Edge Eradica

A new festival in Edinburgh opens up the lower bar to new work influenced by Forum Theatre

Feature by Gareth K Vile | 16 May 2010

Having worked at Theatre Workshop for two years, David Roberts was inspired to continue his engagement with community performance. Developing the Edge Eradica Festival, a bank holiday weekend of rehearsed readings, works in progress, music, poetry and new plays getting ready for the Fringe, he took the basement of Edinburgh's Argyle Bar and converted it into a temporary hub for drama.

Edge Eradica is a festival with a difference: the emphasis is community based work. The rehearsed reading of The Reign Of Sawney Bean was based on a script by Tracey Lane, who has been involved in drama for less than a year, while the collection of short pieces from Campbell Lauder grappled with issues of identity and gender from comic and tragic perspectives. Across the events, new writers and new performers were given the chance to shine and the re-imagining of Sartre's Huis Clos updated the existentialist hell myth for the credit crunch.

If community was the keynote, this comes from Roberts' time at Theatre Workshop, a company who were famous for public participation and challenging the line between professional actors and community work. At the same time, the festival reflects a shift in thinking about the role of performance within society.

In the aftermath of WWII, when the British government attempted to build a utopia from the ruins of the Blitz and laid the foundations for the welfare state that we are currently trying to dismantle, it was decided that the best way to advance the nation's cultural life was to spend money on the high arts. This policy would eventually lead to London's South Bank, the creation of the National Theatre, the maintenance of The Royal Ballet and Opera and, eventually, scandal about lottery funding going to the toffs, in the form of refurbishing Covent Garden's opera house.

Based as it was on the trickle-down theory of aesthetics, it ignored community performance. Studies in recent years, collected in John Carey's What Good Are The Arts? insist that this was a mistake, and that community engagement in creativity has a positive impact on society, which cannot be matched by any amount of prestige companies.

In the past few years, various funding bodies have sought to redress this, but it is in the work of people like Roberts that the idea of community theatre comes to life. Not only does it enable people to stage their own work, or devise responses to existing pieces; it also offers a model of working that cuts past the typical process for bringing a play to the stage.

Using the Argyll Bar, for example, is a master-stroke: the performance happens in a familiar venue, that gives the audience more ownership than a traditional theatre, which might be seen to have hidden rules of etiquette. Furthermore, the venue turns the productions into site-specific shows: Campbell's use of the space was particularly inspired, with actors emerging from the audience, disappearing into the bar and dominating the room from a central table. Equally, Which Way Now converted Sartre's humanist hell into a dry bar – a vision of materialist damnation that matched the tormented souls' frustrations.
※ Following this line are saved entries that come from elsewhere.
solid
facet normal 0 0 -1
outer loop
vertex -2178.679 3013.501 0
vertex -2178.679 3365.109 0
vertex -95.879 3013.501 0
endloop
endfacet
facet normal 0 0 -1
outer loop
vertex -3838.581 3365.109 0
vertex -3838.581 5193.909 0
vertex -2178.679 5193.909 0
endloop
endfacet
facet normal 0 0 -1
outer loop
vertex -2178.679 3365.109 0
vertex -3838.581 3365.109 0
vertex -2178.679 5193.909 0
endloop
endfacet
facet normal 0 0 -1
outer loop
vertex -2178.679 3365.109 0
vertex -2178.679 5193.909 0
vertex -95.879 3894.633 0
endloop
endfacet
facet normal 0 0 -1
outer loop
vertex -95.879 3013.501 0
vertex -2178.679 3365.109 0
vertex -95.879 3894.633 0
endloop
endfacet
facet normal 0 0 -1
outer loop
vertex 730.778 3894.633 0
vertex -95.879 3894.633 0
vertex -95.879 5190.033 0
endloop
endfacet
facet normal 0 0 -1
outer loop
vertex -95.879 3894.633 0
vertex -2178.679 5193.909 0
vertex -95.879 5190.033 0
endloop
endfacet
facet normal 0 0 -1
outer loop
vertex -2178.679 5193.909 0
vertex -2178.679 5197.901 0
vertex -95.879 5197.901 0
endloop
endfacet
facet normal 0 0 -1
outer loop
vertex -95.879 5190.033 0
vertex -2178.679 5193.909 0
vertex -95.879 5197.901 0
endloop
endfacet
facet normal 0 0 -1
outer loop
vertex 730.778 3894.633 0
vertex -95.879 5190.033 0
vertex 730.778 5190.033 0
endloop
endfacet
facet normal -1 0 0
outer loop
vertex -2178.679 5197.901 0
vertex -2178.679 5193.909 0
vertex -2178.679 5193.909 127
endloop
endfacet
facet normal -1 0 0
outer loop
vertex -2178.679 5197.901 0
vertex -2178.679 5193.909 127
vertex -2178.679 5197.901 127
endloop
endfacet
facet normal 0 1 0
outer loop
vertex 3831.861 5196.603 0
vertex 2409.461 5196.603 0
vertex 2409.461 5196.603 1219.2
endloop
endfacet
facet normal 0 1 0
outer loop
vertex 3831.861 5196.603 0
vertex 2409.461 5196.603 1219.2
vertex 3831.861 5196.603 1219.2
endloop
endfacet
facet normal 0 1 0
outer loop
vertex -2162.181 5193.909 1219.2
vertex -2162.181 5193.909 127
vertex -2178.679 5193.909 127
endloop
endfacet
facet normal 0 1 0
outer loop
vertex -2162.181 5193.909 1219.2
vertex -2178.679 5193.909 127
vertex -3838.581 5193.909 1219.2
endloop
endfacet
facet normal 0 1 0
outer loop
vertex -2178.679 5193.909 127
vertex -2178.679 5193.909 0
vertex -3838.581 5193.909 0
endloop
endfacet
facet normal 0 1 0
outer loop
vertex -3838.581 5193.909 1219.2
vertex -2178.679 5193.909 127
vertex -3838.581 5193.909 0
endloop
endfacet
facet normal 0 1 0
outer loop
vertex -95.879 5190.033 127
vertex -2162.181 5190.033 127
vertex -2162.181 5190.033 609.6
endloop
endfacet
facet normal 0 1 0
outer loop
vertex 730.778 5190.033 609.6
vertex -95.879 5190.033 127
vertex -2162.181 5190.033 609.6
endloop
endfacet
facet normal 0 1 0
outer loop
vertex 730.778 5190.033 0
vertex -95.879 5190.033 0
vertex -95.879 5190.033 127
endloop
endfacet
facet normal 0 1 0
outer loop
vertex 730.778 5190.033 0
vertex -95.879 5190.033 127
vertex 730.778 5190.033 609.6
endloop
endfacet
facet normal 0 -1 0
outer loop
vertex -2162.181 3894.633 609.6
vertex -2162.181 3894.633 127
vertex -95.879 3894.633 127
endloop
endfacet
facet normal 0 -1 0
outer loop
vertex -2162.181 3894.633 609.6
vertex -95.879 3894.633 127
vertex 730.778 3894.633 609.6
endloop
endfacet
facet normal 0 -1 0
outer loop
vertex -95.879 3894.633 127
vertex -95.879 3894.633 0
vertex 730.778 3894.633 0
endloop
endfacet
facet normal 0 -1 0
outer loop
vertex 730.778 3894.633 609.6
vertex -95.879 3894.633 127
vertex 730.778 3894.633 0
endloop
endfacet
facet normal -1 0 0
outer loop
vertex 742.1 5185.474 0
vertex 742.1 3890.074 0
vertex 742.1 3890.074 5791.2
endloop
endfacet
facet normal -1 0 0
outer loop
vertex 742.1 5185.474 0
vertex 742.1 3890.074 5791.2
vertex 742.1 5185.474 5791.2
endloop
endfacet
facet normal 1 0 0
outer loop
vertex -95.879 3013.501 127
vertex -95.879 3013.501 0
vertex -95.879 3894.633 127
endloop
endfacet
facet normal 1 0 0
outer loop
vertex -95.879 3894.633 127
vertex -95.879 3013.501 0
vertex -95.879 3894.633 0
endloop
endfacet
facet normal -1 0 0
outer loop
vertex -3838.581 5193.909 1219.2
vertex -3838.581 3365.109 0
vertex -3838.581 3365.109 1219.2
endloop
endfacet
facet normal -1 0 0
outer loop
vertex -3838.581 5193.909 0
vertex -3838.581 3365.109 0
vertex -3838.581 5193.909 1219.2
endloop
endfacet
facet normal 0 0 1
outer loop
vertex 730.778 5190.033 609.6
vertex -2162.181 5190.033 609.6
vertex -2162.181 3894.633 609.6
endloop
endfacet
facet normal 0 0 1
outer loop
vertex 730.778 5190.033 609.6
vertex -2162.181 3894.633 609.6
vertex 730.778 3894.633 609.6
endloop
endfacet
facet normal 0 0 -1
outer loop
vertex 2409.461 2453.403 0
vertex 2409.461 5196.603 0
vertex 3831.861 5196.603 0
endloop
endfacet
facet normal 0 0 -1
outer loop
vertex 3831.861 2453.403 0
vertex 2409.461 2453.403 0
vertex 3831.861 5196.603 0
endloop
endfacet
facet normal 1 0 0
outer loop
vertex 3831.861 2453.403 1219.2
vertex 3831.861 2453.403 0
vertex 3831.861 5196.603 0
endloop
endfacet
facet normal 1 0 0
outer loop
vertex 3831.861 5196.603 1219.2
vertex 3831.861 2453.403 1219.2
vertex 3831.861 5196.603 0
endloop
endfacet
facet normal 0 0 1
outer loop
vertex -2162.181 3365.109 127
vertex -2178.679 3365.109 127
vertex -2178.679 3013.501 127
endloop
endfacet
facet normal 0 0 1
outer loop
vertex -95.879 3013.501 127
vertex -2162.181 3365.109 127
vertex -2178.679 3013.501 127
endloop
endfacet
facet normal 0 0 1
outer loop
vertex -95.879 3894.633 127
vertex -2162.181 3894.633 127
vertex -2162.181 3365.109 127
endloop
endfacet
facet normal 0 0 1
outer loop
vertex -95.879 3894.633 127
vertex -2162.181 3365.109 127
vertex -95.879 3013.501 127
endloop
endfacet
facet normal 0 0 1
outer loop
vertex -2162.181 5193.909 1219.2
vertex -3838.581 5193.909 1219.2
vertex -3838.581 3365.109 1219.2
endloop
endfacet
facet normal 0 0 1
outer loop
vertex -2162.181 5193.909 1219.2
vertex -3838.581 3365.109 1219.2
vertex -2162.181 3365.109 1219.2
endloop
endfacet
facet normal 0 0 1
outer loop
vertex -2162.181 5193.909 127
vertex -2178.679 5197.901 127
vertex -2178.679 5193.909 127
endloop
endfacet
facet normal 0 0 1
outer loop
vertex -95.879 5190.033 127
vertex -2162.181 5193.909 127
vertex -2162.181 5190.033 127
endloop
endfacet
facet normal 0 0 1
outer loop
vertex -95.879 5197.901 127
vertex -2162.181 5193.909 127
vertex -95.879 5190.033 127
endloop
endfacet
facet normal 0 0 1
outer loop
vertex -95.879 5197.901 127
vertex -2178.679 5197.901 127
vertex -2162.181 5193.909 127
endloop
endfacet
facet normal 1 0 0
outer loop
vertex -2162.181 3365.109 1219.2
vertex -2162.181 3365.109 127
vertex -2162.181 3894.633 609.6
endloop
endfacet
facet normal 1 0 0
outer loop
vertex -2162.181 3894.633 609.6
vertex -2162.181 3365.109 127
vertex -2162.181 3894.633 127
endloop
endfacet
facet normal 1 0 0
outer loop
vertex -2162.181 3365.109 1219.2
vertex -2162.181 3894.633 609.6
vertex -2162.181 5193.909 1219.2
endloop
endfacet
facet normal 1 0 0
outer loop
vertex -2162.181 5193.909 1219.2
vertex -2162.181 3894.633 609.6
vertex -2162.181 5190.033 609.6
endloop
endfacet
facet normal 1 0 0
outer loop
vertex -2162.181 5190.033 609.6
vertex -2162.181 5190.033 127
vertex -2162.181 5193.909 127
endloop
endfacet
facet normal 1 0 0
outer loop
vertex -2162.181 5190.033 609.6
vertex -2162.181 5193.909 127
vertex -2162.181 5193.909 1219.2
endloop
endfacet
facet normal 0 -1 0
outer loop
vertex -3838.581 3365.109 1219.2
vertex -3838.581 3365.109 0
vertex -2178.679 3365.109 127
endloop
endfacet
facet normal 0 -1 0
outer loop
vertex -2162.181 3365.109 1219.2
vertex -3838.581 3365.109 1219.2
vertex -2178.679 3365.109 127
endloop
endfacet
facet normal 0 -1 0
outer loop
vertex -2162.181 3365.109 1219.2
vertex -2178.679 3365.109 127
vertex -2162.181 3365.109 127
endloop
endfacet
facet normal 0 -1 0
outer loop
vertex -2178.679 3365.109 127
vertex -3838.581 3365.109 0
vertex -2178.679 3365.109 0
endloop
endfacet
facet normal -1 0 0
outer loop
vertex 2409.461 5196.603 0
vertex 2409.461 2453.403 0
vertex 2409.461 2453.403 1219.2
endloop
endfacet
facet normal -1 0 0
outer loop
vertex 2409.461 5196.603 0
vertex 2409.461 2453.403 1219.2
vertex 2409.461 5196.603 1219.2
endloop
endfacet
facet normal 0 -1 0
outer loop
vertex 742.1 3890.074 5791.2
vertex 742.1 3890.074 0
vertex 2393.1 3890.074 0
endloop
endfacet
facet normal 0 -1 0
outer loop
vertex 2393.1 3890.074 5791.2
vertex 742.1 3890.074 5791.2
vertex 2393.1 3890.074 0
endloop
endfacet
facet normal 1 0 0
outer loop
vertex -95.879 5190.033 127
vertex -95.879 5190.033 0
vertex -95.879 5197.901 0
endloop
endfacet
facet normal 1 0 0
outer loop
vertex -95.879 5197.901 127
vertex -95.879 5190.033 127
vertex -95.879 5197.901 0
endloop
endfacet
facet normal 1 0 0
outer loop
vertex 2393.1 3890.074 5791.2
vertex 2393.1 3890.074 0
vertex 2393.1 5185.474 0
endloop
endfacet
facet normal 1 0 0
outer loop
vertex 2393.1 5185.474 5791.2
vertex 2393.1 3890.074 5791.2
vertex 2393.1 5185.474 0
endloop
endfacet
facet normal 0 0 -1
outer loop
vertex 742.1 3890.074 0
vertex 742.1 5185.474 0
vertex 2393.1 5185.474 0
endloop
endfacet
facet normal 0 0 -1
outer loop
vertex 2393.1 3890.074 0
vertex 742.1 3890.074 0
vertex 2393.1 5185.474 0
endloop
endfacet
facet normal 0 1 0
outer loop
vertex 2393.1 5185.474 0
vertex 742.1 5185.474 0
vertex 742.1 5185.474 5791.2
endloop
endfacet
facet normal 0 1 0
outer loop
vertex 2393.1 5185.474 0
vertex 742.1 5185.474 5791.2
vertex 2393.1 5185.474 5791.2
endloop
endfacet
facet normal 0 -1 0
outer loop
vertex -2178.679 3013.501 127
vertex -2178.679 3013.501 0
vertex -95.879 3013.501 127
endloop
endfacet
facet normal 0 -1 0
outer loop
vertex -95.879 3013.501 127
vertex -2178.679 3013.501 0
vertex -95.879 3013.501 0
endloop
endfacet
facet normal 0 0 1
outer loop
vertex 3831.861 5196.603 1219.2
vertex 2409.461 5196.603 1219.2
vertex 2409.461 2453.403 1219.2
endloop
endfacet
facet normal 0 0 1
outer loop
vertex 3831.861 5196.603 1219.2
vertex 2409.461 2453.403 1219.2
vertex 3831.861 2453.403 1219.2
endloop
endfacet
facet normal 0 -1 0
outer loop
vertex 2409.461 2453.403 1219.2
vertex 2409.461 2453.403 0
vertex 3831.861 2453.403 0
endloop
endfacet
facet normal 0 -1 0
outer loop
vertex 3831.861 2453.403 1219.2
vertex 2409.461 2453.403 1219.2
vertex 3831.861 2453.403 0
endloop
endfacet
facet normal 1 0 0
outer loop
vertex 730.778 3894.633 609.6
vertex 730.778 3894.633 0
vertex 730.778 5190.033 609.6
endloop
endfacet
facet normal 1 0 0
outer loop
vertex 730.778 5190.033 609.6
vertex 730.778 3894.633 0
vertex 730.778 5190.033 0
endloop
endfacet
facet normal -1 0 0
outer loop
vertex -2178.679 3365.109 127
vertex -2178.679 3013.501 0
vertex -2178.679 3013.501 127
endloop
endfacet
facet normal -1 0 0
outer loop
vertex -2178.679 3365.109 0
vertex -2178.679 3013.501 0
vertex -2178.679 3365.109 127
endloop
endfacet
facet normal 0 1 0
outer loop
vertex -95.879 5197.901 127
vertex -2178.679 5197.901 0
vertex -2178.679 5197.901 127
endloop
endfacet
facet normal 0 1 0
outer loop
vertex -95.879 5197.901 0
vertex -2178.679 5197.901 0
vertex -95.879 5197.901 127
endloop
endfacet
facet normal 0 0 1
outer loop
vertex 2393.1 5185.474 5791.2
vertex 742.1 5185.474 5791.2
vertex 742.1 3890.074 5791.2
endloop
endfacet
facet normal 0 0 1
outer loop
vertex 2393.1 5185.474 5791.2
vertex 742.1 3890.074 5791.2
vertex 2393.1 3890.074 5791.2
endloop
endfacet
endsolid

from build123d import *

# Parameters (mm, degrees)
F1_W      = 21.263506
F1_H      = 1828.8
F1_W_2    = 1655.136494
F2_DEPTH  = 1219.2
F4_W      = 1651
F4_H      = 1295.4
F5_DEPTH  = 5791.2
F3_W      = 2895.6
F3_H      = 1295.4
F6_DEPTH  = 609.6
F7_W      = 1422.4
F7_H      = 2743.2
F8_DEPTH  = 1219.2
F9_W      = 2082.8
F9_H      = 2184.4
F10_DEPTH = 127


with BuildPart() as f2:
    # F1 (on face) → F2 (new body)
    with BuildSketch(Plane.XY):
        with Locations((-3827.949094, 4279.508967)):
            Rectangle(F1_W, F1_H)
        with Locations((-2989.749094, 4279.508967)):
            Rectangle(F1_W_2, F1_H)
    extrude(amount=F2_DEPTH)

    # F3 (on face) → F6 (join)
    with BuildSketch(Plane.XY):
        with Locations((-717.022002, 4542.333493)):
            Rectangle(F3_W, F3_H)
    extrude(amount=F6_DEPTH)

    # F9 (on face) → F10 (join)
    with BuildSketch(Plane.XY):
        with Locations((-1137.278513, 4105.700929)):
            Rectangle(F9_W, F9_H)
    extrude(amount=F10_DEPTH)


with BuildPart() as f5:
    # F4 (on face) → F5 (new body)
    with BuildSketch(Plane.XY):
        with Locations((1567.599952, 4537.774311)):
            Rectangle(F4_W, F4_H)
    extrude(amount=F5_DEPTH)


with BuildPart() as f8:
    # F7 (on face) → F8 (new body)
    with BuildSketch(Plane.XY):
        with Locations((3120.660663, 3825.003185)):
            Rectangle(F7_W, F7_H)
    extrude(amount=F8_DEPTH)


solid = Compound([f2.part, f5.part, f8.part])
In events like Edge Eradica, new talent can emerge, but also new ways of thinking about theatre. Roberts is an advocate of Forum Theatre, a politically aware approach that attacks social oppression. The content is less important than the methodology: there is no need to bang on about oppression if the process of creation is explicitly egalitarian and inclusive. While community theatre may lack the sheen of the big shows, it maintains a radical energy that can be used both for revitalising communities and developing new drama.